▸ **Work request**:
Using the entries below, output each line exactly from the first through the one that contains "v 24.589 -7.938 57.566".

*** Input Section Begins ***

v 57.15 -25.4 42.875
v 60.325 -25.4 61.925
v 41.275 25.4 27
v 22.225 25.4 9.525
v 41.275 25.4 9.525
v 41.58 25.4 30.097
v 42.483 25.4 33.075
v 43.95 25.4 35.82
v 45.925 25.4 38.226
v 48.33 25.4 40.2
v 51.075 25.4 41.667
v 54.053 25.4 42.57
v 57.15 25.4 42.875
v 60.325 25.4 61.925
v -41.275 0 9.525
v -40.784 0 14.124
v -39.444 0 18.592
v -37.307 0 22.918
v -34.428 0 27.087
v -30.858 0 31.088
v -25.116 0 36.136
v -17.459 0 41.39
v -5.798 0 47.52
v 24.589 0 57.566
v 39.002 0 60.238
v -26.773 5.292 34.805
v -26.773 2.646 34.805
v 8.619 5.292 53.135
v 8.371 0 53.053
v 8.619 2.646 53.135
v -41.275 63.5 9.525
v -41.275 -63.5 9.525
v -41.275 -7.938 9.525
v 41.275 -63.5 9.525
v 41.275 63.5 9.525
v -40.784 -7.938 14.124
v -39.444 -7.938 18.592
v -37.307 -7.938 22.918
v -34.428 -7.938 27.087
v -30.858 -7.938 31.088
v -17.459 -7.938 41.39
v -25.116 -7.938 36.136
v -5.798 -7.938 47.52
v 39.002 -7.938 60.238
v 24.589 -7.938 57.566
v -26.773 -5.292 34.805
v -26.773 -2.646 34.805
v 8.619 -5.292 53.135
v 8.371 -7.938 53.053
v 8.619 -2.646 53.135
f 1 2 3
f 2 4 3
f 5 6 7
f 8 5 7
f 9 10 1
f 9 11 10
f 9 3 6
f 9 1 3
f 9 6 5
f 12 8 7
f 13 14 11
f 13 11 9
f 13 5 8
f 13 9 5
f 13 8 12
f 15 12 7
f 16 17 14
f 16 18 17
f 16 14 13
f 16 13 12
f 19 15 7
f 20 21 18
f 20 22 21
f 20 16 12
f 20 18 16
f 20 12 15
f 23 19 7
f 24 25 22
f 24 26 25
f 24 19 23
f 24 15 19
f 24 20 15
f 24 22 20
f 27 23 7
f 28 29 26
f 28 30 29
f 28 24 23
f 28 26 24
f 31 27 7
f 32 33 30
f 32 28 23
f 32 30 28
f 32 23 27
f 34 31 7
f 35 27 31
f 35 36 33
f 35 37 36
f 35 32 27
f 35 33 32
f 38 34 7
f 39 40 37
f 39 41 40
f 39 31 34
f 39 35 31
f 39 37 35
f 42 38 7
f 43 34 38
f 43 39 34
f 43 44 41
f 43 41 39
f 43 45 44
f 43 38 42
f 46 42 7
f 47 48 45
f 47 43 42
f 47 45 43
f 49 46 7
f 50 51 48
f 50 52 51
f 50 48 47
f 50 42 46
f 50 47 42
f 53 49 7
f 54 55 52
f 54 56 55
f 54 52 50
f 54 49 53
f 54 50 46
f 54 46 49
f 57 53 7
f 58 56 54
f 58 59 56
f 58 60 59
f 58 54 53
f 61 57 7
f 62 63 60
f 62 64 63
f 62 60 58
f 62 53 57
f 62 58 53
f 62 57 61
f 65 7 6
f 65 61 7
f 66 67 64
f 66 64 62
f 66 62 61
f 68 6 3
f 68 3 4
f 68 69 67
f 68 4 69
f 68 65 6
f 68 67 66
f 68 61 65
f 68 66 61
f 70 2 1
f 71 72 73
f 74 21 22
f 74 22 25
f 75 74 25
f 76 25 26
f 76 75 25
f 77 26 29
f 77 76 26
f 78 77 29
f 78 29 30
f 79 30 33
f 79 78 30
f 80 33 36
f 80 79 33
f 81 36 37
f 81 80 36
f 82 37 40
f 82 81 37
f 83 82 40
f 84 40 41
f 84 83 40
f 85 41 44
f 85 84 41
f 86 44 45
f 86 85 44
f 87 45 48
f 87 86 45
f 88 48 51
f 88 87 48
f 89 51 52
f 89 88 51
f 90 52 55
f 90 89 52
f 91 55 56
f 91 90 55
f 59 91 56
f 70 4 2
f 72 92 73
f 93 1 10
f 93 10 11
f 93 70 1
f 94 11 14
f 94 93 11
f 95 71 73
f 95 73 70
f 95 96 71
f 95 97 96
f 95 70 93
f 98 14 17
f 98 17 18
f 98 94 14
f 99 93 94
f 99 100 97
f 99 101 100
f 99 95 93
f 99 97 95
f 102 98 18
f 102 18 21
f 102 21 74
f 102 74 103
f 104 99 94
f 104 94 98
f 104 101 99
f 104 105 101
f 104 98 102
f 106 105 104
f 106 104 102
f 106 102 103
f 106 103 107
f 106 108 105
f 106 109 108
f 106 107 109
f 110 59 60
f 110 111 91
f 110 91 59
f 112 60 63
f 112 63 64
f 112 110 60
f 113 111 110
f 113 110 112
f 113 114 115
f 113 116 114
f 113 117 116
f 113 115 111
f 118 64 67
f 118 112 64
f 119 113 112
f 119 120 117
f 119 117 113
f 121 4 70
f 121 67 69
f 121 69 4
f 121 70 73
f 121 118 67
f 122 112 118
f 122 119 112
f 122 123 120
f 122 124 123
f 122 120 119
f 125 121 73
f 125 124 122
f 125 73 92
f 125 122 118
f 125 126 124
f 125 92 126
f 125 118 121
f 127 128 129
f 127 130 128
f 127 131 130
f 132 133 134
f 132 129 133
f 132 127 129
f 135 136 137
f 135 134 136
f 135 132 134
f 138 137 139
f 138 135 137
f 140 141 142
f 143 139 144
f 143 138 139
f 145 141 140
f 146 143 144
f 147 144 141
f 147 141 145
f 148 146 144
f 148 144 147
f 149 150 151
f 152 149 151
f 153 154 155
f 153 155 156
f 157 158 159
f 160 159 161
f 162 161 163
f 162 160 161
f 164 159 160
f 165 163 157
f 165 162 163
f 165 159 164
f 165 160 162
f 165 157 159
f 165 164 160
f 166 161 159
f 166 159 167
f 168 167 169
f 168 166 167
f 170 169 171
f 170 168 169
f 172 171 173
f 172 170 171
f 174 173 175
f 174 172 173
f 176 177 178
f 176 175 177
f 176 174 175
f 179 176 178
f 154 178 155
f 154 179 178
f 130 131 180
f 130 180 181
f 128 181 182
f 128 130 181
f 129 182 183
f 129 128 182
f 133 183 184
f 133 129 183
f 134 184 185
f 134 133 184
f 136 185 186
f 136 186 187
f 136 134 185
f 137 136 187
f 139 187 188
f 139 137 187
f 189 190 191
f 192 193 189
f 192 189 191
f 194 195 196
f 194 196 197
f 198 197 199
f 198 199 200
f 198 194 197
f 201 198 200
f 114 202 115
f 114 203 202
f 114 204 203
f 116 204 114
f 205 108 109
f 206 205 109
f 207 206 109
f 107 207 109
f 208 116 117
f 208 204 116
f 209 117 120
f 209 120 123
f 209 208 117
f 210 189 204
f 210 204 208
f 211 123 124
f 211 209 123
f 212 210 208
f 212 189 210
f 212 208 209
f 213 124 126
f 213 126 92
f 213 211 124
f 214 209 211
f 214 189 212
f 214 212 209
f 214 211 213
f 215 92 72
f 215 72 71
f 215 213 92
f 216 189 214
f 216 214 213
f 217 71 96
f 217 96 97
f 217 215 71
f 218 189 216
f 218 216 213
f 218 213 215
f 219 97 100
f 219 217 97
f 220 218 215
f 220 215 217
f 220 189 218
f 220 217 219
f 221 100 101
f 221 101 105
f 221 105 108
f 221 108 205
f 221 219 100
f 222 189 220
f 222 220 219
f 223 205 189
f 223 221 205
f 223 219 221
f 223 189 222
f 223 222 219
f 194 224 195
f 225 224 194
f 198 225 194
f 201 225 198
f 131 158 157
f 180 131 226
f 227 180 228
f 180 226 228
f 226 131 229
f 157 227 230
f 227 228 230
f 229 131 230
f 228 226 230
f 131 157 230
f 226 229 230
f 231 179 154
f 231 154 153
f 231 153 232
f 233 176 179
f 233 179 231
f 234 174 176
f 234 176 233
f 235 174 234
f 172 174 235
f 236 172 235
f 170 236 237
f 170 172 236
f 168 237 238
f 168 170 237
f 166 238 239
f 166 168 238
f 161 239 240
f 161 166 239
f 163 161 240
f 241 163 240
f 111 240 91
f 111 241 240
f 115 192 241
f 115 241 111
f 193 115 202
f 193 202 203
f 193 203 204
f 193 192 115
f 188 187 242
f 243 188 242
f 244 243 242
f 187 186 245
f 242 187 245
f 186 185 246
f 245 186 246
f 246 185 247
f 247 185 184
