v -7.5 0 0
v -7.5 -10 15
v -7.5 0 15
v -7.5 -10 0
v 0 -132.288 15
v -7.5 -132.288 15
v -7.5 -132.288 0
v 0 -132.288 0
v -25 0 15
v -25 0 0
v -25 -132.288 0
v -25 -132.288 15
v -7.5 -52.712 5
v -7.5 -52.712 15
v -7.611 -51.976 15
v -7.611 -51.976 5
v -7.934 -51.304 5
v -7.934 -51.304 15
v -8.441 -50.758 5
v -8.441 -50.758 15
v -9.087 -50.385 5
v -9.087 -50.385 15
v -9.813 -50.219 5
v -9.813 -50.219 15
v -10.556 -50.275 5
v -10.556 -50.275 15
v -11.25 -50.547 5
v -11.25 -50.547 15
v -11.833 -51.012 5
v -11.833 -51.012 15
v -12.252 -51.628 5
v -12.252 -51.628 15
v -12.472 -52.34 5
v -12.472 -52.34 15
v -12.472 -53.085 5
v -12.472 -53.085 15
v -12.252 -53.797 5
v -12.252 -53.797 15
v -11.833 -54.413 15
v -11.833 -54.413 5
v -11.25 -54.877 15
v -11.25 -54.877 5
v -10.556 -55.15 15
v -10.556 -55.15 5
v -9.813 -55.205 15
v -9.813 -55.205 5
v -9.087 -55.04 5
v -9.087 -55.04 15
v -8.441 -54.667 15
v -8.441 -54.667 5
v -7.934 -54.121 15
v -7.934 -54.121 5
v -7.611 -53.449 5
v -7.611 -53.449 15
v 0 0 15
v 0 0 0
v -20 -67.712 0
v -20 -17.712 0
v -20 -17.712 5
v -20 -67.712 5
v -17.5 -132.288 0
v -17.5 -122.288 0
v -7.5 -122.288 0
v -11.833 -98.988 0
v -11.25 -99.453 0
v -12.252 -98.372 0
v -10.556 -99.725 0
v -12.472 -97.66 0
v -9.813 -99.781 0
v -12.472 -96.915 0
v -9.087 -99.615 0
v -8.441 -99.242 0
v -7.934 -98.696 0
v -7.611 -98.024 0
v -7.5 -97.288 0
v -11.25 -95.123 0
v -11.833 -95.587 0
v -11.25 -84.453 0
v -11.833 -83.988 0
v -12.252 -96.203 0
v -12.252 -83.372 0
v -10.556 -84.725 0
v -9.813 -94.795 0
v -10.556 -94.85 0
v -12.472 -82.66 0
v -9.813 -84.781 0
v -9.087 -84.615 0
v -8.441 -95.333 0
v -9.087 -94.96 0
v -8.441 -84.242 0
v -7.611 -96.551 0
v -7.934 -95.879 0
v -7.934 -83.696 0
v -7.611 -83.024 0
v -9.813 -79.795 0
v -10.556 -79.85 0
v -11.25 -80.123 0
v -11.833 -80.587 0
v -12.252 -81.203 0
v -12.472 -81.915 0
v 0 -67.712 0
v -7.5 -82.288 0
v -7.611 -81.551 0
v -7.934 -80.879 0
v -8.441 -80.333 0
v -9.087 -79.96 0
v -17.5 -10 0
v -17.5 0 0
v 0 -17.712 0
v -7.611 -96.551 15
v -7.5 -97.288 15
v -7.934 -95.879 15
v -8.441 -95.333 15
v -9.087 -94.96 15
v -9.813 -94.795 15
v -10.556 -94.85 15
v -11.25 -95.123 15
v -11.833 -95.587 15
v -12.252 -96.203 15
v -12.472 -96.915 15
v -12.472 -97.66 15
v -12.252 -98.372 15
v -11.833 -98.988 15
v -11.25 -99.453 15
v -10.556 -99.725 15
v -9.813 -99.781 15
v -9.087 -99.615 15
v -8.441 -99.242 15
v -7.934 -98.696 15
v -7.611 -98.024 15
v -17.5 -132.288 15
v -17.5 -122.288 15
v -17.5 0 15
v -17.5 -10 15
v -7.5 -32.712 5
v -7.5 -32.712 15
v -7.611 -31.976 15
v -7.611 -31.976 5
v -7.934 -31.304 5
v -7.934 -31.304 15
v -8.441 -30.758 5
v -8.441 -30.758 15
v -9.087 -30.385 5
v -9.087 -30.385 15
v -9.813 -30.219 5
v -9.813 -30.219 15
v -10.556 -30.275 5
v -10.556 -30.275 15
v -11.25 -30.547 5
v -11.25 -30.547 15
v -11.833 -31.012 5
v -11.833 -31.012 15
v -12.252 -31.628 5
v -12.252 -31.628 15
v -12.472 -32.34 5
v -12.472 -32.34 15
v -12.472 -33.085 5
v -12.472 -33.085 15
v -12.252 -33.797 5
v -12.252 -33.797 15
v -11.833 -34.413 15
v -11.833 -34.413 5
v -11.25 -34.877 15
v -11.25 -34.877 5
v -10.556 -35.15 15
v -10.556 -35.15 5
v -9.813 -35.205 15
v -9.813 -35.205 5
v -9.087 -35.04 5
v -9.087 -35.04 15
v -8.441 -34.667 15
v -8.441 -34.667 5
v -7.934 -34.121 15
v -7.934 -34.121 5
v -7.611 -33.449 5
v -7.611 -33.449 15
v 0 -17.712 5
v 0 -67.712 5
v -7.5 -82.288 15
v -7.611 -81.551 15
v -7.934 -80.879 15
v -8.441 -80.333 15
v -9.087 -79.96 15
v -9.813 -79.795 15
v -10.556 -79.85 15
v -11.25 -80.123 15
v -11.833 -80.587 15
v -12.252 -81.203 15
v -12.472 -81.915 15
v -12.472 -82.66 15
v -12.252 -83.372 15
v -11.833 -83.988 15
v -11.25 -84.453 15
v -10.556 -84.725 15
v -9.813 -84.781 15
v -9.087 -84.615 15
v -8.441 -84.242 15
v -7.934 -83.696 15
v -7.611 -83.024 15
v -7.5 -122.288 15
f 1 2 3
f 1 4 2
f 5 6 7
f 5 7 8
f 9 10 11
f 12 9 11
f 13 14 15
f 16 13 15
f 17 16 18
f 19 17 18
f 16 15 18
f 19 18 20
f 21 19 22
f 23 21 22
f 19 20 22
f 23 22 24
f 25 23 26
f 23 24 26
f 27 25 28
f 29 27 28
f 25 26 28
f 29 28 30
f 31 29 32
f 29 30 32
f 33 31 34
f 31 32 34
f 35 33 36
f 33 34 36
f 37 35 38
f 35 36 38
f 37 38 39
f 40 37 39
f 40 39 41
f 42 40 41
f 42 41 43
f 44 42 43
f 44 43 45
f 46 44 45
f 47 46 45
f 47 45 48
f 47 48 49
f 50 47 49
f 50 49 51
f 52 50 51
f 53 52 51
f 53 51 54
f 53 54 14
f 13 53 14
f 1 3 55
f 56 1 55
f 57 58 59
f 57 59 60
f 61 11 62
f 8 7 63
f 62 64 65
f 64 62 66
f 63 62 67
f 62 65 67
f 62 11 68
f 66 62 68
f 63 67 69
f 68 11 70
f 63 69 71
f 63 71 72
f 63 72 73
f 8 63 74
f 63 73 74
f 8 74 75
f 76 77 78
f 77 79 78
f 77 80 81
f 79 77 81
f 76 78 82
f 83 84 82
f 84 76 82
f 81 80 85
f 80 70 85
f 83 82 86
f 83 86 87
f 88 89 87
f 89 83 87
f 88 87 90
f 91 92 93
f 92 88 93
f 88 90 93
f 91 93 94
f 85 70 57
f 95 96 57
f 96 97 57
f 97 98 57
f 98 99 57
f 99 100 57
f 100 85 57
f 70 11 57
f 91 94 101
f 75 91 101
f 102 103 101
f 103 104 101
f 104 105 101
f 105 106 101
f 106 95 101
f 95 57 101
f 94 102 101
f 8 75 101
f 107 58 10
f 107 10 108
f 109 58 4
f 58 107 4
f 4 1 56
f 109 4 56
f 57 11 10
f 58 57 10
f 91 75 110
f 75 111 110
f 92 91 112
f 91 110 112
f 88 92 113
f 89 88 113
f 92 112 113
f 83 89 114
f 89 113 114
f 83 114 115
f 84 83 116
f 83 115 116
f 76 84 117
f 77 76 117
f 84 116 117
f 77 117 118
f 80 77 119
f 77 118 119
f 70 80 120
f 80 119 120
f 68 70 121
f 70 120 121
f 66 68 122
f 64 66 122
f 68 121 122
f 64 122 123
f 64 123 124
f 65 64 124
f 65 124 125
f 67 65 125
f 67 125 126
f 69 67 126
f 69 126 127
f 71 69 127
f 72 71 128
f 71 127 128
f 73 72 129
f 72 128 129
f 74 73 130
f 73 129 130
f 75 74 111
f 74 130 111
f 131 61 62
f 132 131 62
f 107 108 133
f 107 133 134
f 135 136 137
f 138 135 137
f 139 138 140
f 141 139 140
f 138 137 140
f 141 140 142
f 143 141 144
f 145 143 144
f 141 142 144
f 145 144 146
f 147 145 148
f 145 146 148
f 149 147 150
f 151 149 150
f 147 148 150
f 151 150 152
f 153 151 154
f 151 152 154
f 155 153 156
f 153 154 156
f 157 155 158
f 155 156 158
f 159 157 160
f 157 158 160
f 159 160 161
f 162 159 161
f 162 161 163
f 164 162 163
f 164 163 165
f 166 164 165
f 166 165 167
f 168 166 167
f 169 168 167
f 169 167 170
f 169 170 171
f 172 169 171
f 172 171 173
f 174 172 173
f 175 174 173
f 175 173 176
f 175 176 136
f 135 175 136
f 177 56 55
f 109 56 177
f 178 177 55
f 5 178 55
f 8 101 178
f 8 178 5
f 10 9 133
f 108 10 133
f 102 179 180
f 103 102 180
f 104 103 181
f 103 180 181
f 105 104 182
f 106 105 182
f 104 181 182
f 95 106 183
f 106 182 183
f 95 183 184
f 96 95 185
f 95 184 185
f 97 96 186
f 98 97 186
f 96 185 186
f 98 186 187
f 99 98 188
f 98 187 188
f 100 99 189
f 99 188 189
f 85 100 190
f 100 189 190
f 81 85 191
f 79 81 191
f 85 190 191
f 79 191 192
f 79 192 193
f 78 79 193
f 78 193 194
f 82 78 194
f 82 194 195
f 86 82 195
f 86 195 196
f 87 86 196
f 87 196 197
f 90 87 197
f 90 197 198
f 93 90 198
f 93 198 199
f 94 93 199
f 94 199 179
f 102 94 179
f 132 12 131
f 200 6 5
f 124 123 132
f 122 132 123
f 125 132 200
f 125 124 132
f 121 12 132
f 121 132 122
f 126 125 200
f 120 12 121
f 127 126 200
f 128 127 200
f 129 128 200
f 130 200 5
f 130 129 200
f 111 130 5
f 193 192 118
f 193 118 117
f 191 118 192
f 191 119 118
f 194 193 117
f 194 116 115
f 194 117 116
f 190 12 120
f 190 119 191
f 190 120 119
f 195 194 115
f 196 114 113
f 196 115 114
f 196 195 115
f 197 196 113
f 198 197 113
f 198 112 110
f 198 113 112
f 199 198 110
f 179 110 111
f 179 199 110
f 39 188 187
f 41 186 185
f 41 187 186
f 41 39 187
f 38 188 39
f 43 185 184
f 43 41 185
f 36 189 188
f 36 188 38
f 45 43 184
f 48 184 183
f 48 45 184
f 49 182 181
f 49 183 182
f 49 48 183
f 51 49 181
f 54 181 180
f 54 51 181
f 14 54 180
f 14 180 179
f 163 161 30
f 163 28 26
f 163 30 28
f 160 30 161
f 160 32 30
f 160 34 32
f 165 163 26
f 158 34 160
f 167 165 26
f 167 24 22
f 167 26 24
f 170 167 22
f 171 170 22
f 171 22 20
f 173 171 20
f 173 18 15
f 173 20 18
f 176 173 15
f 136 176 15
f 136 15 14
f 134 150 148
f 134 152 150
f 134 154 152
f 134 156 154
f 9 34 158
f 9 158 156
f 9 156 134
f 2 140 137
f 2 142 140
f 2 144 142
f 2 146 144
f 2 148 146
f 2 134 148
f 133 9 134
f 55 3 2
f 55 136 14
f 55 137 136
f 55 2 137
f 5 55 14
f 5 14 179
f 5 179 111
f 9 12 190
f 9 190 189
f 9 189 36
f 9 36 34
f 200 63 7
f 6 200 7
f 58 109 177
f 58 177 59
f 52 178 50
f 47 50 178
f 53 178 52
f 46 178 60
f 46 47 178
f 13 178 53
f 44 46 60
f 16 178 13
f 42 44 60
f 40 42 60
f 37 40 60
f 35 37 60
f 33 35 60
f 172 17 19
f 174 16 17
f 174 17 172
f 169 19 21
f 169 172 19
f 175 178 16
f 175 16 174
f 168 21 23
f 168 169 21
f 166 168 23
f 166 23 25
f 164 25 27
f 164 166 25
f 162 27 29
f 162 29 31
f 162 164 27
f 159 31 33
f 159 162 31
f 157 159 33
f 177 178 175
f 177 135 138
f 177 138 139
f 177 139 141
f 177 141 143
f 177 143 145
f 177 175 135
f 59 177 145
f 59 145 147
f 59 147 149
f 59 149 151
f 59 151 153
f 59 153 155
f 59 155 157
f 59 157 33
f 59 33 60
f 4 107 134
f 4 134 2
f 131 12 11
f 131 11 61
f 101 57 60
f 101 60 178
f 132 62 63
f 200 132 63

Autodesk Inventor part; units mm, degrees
ref_plane "YZ Plane" through (0, 0, 0) normal (1, 0, 0) x (0, 1, 0)
ref_plane "XZ Plane" through (0, 0, 0) normal (0, 1, 0) x (-1, 0, 0)
ref_plane "XY Plane" through (0, 0, 0) normal (0, 0, 1) x (1, 0, 0)
sketch "Sketch1" plane through (0, 0, 0) normal (0, 0, 1) x (1, 0, 0)
  circle A0 centre (-175, 0) radius 225 construction
  circle A1 centre (-175, 0) radius 200 construction
  line L0 (-25, 0) -> (-25, -132.2876)
  line L1 (-17.5, 0) -> (-17.5, -10)
  line L2 (-17.5, -10) -> (-7.5, -10)
  line L3 (-17.5, -10) -> (-7.5, -10) construction
  line L4 (-7.5, -10) -> (-7.5, 0)
  line L5 (-25, 0) -> (-17.5, 0)
  line L6 (-7.5, 0) -> (0, 0)
  line L7 (0, 0) -> (0, -132.2876)
  line L8 (-17.5, -132.2876) -> (-17.5, -122.2876)
  line L9 (-17.5, -132.2876) -> (-7.5, -132.2876) construction
  line L10 (-17.5, -122.2876) -> (-7.5, -122.2876)
  line L11 (-7.5, -122.2876) -> (-7.5, -132.2876)
  line L12 (-25, -132.2876) -> (-17.5, -132.2876)
  line L13 (-7.5, -132.2876) -> (0, -132.2876)
  dimension "d0" = 450
  dimension "d1" = 25
  dimension "d2" = 175
  dimension "d3" = 25
  dimension "d5" = 10
  dimension "d6" = 10
  dimension "d7" = 0
  dimension "d8" = 7.5
  dimension "d11" = 10
  dimension "d12" = 90
  dimension "d13" = 10
  dimension "d14" = 90
extrude "Extrusion1" add sketch "Sketch1" along normal blind 15
sketch "Sketch2" plane through (0, 0, 15) normal (0, 0, 1) x (1, 0, 0)
  line L0 (0, -17.7124) -> (-20, -17.7124) construction
  line L1 (-20, -17.7124) -> (-20, -67.7124) construction
  line L2 (-20, -67.7124) -> (0, -67.7124) construction
  line L3 (0, -67.7124) -> (0, -17.7124) construction
  line L4 (-7.5, -132.2876) -> (0, -132.2876) construction
  circle A0 centre (-10, -32.7124) radius 2.5
  circle A1 centre (-10, -52.7124) radius 2.5
  point P0 (0, 0)
  dimension "d15" = 20
  dimension "d16" = 50
  dimension "d17" = 64.5751
  dimension "d18" = 5
  dimension "d19" = 5
  dimension "d20" = 15
  dimension "d21" = 15
  dimension "d22" = 10
  dimension "d23" = 10
extrude "Extrusion2" cut sketch "Sketch2" against normal through all
thread "Thread1" size "M5x0.8" class "6H" standard "ANSI Metric M Profile" full length
thread "Thread2" size "M5x0.8" class "6H" standard "ANSI Metric M Profile" full length
sketch "Sketch3" plane through (0, 0, 15) normal (0, 0, 1) x (1, 0, 0)
  circle A0 centre (-10, -82.2876) radius 2.5
  circle A1 centre (-10, -97.2876) radius 2.5
  line L0 (0, -132.2876) -> (0, 0) projected
  line L1 (-7.5, -132.2876) -> (0, -132.2876) projected
  dimension "d30" = 5
  dimension "d31" = 5
  dimension "d32" = 10
  dimension "d33" = 10
  dimension "d34" = 15
  dimension "d35" = 35
extrude "Extrusion3" cut sketch "Sketch3" against normal through all
thread "Thread3" size "M5x0.8" class "6H" standard "ANSI Metric M Profile" full length
thread "Thread4" size "M5x0.8" class "6H" standard "ANSI Metric M Profile" full length
sketch "Sketch5" plane through (0, 0, 0) normal (0, 0, -1) x (-1, 0, 0)
  line L0 (0, -17.7124) -> (20, -17.7124)
  line L1 (20, -17.7124) -> (20, -67.7124)
  line L2 (20, -67.7124) -> (0, -67.7124)
  line L3 (0, -67.7124) -> (0, -17.7124)
  point P0 (0, 0)
  dimension "d50" = 20
  dimension "d51" = 50
  dimension "d52" = 17.7124
extrude "Extrusion5" cut sketch "Sketch5" against normal blind 5
properties part number "CP002" material "ABS Plastic"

*** Input Section Ends ***

▸ **Result of this exercise**:
v 57.15 -25.4 42.875
v 60.325 -25.4 61.925
v 41.275 25.4 27
v 22.225 25.4 9.525
v 41.275 25.4 9.525
v 41.58 25.4 30.097
v 42.483 25.4 33.075
v 43.95 25.4 35.82
v 45.925 25.4 38.226
v 48.33 25.4 40.2
v 51.075 25.4 41.667
v 54.053 25.4 42.57
v 57.15 25.4 42.875
v 60.325 25.4 61.925
v -41.275 0 9.525
v -40.784 0 14.124
v -39.444 0 18.592
v -37.307 0 22.918
v -34.428 0 27.087
v -30.858 0 31.088
v -25.116 0 36.136
v -17.459 0 41.39
v -5.798 0 47.52
v 24.589 0 57.566
v 39.002 0 60.238
v -26.773 5.292 34.805
v -26.773 2.646 34.805
v 8.619 5.292 53.135
v 8.371 0 53.053
v 8.619 2.646 53.135
v -41.275 63.5 9.525
v -41.275 -63.5 9.525
v -41.275 -7.938 9.525
v 41.275 -63.5 9.525
v 41.275 63.5 9.525
v -40.784 -7.938 14.124
v -39.444 -7.938 18.592
v -37.307 -7.938 22.918
v -34.428 -7.938 27.087
v -30.858 -7.938 31.088
v -17.459 -7.938 41.39
v -25.116 -7.938 36.136
v -5.798 -7.938 47.52
v 39.002 -7.938 60.238
v 24.589 -7.938 57.566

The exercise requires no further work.